Please take the lines from the one holding "f 157 155 158" through the one holding "f 333 660 235" in the data below and copy them exactly.

________________________________________

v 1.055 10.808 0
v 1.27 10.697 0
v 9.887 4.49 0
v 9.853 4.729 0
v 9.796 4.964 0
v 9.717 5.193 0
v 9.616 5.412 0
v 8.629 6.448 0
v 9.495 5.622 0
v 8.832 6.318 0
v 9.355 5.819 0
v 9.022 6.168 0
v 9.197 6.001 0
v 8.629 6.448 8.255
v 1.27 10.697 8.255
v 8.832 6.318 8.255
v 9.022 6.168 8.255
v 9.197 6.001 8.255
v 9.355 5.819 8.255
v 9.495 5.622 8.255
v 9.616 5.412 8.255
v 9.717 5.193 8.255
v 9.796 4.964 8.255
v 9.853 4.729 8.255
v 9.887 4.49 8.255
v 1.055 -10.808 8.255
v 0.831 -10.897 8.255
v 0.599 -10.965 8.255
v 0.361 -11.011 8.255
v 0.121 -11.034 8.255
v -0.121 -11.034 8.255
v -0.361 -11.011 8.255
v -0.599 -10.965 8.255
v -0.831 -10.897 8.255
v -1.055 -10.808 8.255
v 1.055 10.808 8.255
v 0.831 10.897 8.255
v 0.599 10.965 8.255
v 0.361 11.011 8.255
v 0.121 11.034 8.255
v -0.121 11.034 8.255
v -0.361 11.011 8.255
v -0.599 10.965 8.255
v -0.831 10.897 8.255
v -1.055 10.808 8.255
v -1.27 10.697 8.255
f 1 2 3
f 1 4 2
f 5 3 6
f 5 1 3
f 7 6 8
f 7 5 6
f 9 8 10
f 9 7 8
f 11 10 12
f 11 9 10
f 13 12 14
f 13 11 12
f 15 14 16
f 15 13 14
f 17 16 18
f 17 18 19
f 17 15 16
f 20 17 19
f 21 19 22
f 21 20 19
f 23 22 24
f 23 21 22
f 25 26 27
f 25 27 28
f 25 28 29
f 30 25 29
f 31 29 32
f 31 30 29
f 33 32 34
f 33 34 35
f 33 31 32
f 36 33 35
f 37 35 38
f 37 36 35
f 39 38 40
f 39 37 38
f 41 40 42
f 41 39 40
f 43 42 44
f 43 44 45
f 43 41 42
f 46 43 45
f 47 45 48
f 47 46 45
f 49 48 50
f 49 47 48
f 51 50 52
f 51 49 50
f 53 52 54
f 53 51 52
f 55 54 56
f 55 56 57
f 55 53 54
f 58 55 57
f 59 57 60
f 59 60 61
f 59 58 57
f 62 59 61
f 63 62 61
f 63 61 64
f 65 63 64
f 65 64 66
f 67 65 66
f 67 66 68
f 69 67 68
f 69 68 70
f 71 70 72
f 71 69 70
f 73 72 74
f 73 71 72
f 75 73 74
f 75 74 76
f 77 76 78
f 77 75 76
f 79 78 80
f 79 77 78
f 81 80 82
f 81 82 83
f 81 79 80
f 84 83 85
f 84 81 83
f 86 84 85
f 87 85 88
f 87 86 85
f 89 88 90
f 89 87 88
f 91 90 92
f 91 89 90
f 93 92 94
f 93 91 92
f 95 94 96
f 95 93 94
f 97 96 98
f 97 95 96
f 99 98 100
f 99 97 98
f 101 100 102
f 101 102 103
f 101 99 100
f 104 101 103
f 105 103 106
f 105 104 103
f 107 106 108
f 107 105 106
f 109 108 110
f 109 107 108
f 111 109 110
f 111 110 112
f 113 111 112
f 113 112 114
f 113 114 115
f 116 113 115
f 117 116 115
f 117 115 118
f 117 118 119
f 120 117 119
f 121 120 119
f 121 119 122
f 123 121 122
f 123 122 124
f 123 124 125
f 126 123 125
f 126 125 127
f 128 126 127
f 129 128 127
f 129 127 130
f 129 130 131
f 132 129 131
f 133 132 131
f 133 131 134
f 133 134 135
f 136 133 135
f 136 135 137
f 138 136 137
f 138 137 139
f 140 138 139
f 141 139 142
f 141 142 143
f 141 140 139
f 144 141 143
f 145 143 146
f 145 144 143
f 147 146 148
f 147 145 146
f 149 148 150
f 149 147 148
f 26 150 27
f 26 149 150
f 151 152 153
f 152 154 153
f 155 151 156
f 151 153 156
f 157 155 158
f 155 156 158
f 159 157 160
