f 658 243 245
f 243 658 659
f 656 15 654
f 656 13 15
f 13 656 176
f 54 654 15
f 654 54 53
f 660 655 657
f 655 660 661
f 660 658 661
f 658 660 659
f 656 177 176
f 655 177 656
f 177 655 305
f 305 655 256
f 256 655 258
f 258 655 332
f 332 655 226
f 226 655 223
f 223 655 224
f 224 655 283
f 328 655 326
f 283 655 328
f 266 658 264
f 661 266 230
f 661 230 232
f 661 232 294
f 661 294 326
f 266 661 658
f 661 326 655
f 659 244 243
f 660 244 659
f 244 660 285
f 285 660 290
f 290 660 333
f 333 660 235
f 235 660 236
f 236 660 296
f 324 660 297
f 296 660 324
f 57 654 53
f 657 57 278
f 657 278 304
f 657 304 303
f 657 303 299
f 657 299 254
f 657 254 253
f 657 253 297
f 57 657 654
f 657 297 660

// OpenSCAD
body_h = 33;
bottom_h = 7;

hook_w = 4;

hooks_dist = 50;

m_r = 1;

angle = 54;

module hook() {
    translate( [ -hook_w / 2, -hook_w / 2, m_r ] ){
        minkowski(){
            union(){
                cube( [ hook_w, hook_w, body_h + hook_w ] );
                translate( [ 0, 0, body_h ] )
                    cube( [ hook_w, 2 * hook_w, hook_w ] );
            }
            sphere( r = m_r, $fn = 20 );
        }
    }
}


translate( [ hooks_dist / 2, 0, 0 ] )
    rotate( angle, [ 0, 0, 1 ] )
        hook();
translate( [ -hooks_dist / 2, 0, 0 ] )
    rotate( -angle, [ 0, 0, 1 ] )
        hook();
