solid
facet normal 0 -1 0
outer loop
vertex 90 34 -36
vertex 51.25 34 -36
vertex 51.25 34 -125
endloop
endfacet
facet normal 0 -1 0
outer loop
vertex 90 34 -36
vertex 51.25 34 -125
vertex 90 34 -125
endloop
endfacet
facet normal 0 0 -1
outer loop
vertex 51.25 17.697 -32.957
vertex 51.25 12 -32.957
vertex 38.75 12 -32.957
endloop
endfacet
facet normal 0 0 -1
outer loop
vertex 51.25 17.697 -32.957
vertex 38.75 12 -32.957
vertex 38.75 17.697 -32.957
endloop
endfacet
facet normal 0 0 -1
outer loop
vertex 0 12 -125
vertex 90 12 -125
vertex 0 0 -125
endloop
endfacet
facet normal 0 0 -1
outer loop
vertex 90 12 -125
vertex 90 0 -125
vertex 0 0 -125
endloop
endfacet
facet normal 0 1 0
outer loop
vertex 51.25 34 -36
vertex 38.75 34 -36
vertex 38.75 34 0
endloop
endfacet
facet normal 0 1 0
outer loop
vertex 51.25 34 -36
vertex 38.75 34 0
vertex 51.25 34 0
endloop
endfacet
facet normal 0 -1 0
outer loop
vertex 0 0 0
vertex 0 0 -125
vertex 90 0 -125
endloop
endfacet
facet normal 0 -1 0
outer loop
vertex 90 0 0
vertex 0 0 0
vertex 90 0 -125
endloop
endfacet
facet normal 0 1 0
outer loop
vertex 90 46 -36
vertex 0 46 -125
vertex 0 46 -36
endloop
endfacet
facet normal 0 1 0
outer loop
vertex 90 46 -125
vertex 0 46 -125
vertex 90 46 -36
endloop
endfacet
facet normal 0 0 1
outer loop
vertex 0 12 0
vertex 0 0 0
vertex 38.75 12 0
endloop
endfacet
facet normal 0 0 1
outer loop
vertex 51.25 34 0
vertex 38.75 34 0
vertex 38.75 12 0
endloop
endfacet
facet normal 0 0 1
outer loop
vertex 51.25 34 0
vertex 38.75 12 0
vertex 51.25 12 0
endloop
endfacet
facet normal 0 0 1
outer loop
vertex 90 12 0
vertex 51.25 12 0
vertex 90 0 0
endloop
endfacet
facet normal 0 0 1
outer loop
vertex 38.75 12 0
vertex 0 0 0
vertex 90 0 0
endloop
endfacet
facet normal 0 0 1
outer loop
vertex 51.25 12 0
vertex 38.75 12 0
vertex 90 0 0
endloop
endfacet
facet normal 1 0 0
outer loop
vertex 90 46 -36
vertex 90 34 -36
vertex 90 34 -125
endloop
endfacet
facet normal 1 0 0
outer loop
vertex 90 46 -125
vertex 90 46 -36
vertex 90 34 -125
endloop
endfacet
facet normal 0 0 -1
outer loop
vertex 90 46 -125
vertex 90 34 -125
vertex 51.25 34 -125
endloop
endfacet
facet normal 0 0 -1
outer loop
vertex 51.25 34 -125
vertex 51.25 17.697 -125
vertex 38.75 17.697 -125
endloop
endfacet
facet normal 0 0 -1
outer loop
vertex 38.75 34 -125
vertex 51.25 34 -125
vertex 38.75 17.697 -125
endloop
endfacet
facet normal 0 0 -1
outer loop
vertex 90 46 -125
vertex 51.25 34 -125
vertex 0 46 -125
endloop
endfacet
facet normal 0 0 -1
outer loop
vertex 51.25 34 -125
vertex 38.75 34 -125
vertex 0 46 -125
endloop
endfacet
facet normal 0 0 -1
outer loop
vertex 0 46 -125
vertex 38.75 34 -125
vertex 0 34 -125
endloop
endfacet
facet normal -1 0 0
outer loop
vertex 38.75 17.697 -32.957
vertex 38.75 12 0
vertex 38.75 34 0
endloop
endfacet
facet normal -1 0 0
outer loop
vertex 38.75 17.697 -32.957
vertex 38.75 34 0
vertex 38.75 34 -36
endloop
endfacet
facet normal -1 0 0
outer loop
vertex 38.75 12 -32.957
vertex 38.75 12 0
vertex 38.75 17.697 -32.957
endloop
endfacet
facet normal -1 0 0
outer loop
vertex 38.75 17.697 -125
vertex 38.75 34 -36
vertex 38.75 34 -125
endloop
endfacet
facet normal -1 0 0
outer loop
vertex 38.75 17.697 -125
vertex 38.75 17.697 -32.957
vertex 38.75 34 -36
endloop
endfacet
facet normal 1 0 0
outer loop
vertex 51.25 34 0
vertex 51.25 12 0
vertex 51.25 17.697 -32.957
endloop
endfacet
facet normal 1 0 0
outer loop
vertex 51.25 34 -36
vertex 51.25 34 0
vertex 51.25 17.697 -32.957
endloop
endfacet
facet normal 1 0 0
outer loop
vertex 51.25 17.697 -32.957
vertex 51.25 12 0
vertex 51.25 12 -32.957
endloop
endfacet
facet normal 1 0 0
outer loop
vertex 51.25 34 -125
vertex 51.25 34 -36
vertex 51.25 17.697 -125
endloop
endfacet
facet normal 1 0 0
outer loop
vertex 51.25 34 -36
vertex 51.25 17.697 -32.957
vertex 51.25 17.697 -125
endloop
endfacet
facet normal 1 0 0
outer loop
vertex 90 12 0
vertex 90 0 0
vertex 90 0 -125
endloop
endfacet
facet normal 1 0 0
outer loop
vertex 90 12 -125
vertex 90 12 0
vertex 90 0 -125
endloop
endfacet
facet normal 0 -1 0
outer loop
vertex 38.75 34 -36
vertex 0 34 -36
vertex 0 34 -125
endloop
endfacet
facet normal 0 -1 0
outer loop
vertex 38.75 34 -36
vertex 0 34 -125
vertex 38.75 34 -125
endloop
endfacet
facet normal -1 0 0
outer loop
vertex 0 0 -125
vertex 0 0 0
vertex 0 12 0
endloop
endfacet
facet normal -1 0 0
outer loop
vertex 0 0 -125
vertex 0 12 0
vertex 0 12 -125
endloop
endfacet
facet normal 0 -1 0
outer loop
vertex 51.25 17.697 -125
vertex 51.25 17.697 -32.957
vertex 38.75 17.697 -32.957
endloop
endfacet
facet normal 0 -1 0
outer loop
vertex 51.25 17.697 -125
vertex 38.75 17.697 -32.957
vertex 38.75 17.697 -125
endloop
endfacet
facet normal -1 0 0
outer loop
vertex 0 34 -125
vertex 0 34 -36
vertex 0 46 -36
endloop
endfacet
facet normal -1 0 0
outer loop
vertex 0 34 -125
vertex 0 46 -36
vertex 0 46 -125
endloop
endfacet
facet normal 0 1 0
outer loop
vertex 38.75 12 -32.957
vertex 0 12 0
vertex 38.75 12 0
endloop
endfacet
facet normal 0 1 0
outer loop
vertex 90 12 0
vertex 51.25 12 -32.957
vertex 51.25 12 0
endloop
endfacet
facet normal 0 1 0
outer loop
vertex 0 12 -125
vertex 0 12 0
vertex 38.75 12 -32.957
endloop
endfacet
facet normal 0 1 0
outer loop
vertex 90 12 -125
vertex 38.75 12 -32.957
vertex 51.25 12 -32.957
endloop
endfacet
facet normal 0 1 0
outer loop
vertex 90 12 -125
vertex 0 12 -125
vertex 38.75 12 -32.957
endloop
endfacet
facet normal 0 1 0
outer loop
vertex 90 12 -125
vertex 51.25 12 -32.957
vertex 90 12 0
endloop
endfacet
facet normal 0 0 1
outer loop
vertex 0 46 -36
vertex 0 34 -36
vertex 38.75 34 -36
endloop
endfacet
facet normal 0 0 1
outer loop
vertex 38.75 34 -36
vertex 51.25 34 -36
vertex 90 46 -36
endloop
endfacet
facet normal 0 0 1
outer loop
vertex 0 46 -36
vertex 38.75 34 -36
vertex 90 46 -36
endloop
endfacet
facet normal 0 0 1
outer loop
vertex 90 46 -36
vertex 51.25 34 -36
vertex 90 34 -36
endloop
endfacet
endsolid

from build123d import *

# Parameters (mm, degrees)
SKETCH1_W           = 90
SKETCH1_H           = 125
BOSS_EXTRUDE1_DEPTH = 12
SKETCH2_W           = 12.5
SKETCH2_H           = 125
BOSS_EXTRUDE2_DEPTH = 22
SKETCH3_W           = 38.75
SKETCH3_H           = 89
SKETCH3_W_2         = 6.25
BOSS_EXTRUDE3_DEPTH = 12
SKETCH4_W           = 92.043364018
SKETCH4_H           = 5.697421696
CUT_EXTRUDE1_DEPTH  = 143.714969432


with BuildPart() as part:
    # Sketch1 → Boss-Extrude1 (new body)
    with BuildSketch(Plane(origin=(0, 0, 0), x_dir=(1, 0, 0), z_dir=(0, 1, 0))):
        with Locations((45, 62.5)):
            Rectangle(SKETCH1_W, SKETCH1_H)
    extrude(amount=BOSS_EXTRUDE1_DEPTH)

    # Sketch2 → Boss-Extrude2 (add)
    with BuildSketch(Plane(origin=(0, 12, 0), x_dir=(1, 0, 0), z_dir=(0, 1, 0))):
        with Locations((45, 62.5)):
            Rectangle(SKETCH2_W, SKETCH2_H)
    extrude(amount=BOSS_EXTRUDE2_DEPTH)

    # Sketch3 → Boss-Extrude3 (add)
    with BuildSketch(Plane(origin=(0, 34, 0), x_dir=(1, 0, 0), z_dir=(0, 1, 0))):
        with Locations((70.625, 80.5)):
            Rectangle(SKETCH3_W, SKETCH3_H)
        with Locations((19.375, 80.5)):
            Rectangle(SKETCH3_W, SKETCH3_H)
        with Locations((41.875, 80.5)):
            Rectangle(SKETCH3_W_2, SKETCH3_H)
        with Locations((48.125, 80.5)):
            Rectangle(SKETCH3_W_2, SKETCH3_H)
    extrude(amount=BOSS_EXTRUDE3_DEPTH)

    # Sketch4 → Cut-Extrude1 (cut, through all)
    with BuildSketch(Plane(origin=(51.25, 0, 0), x_dir=(0, 0, -1), z_dir=(1, 0, 0))):
        with Locations((78.978317991, 14.848710848)):
            Rectangle(SKETCH4_W, SKETCH4_H)
    extrude(amount=-CUT_EXTRUDE1_DEPTH, mode=Mode.SUBTRACT)


solid = part.part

________________________________________

■ Task answer ■
f 157 155 158
f 155 156 158
f 159 157 160
f 658 243 245
f 243 658 659
f 656 15 654
f 656 13 15
f 13 656 176
f 54 654 15
f 654 54 53
f 660 655 657
f 655 660 661
f 660 658 661
f 658 660 659
f 656 177 176
f 655 177 656
f 177 655 305
f 305 655 256
f 256 655 258
f 258 655 332
f 332 655 226
f 226 655 223
f 223 655 224
f 224 655 283
f 328 655 326
f 283 655 328
f 266 658 264
f 661 266 230
f 661 230 232
f 661 232 294
f 661 294 326
f 266 661 658
f 661 326 655
f 659 244 243
f 660 244 659
f 244 660 285
f 285 660 290
f 290 660 333
f 333 660 235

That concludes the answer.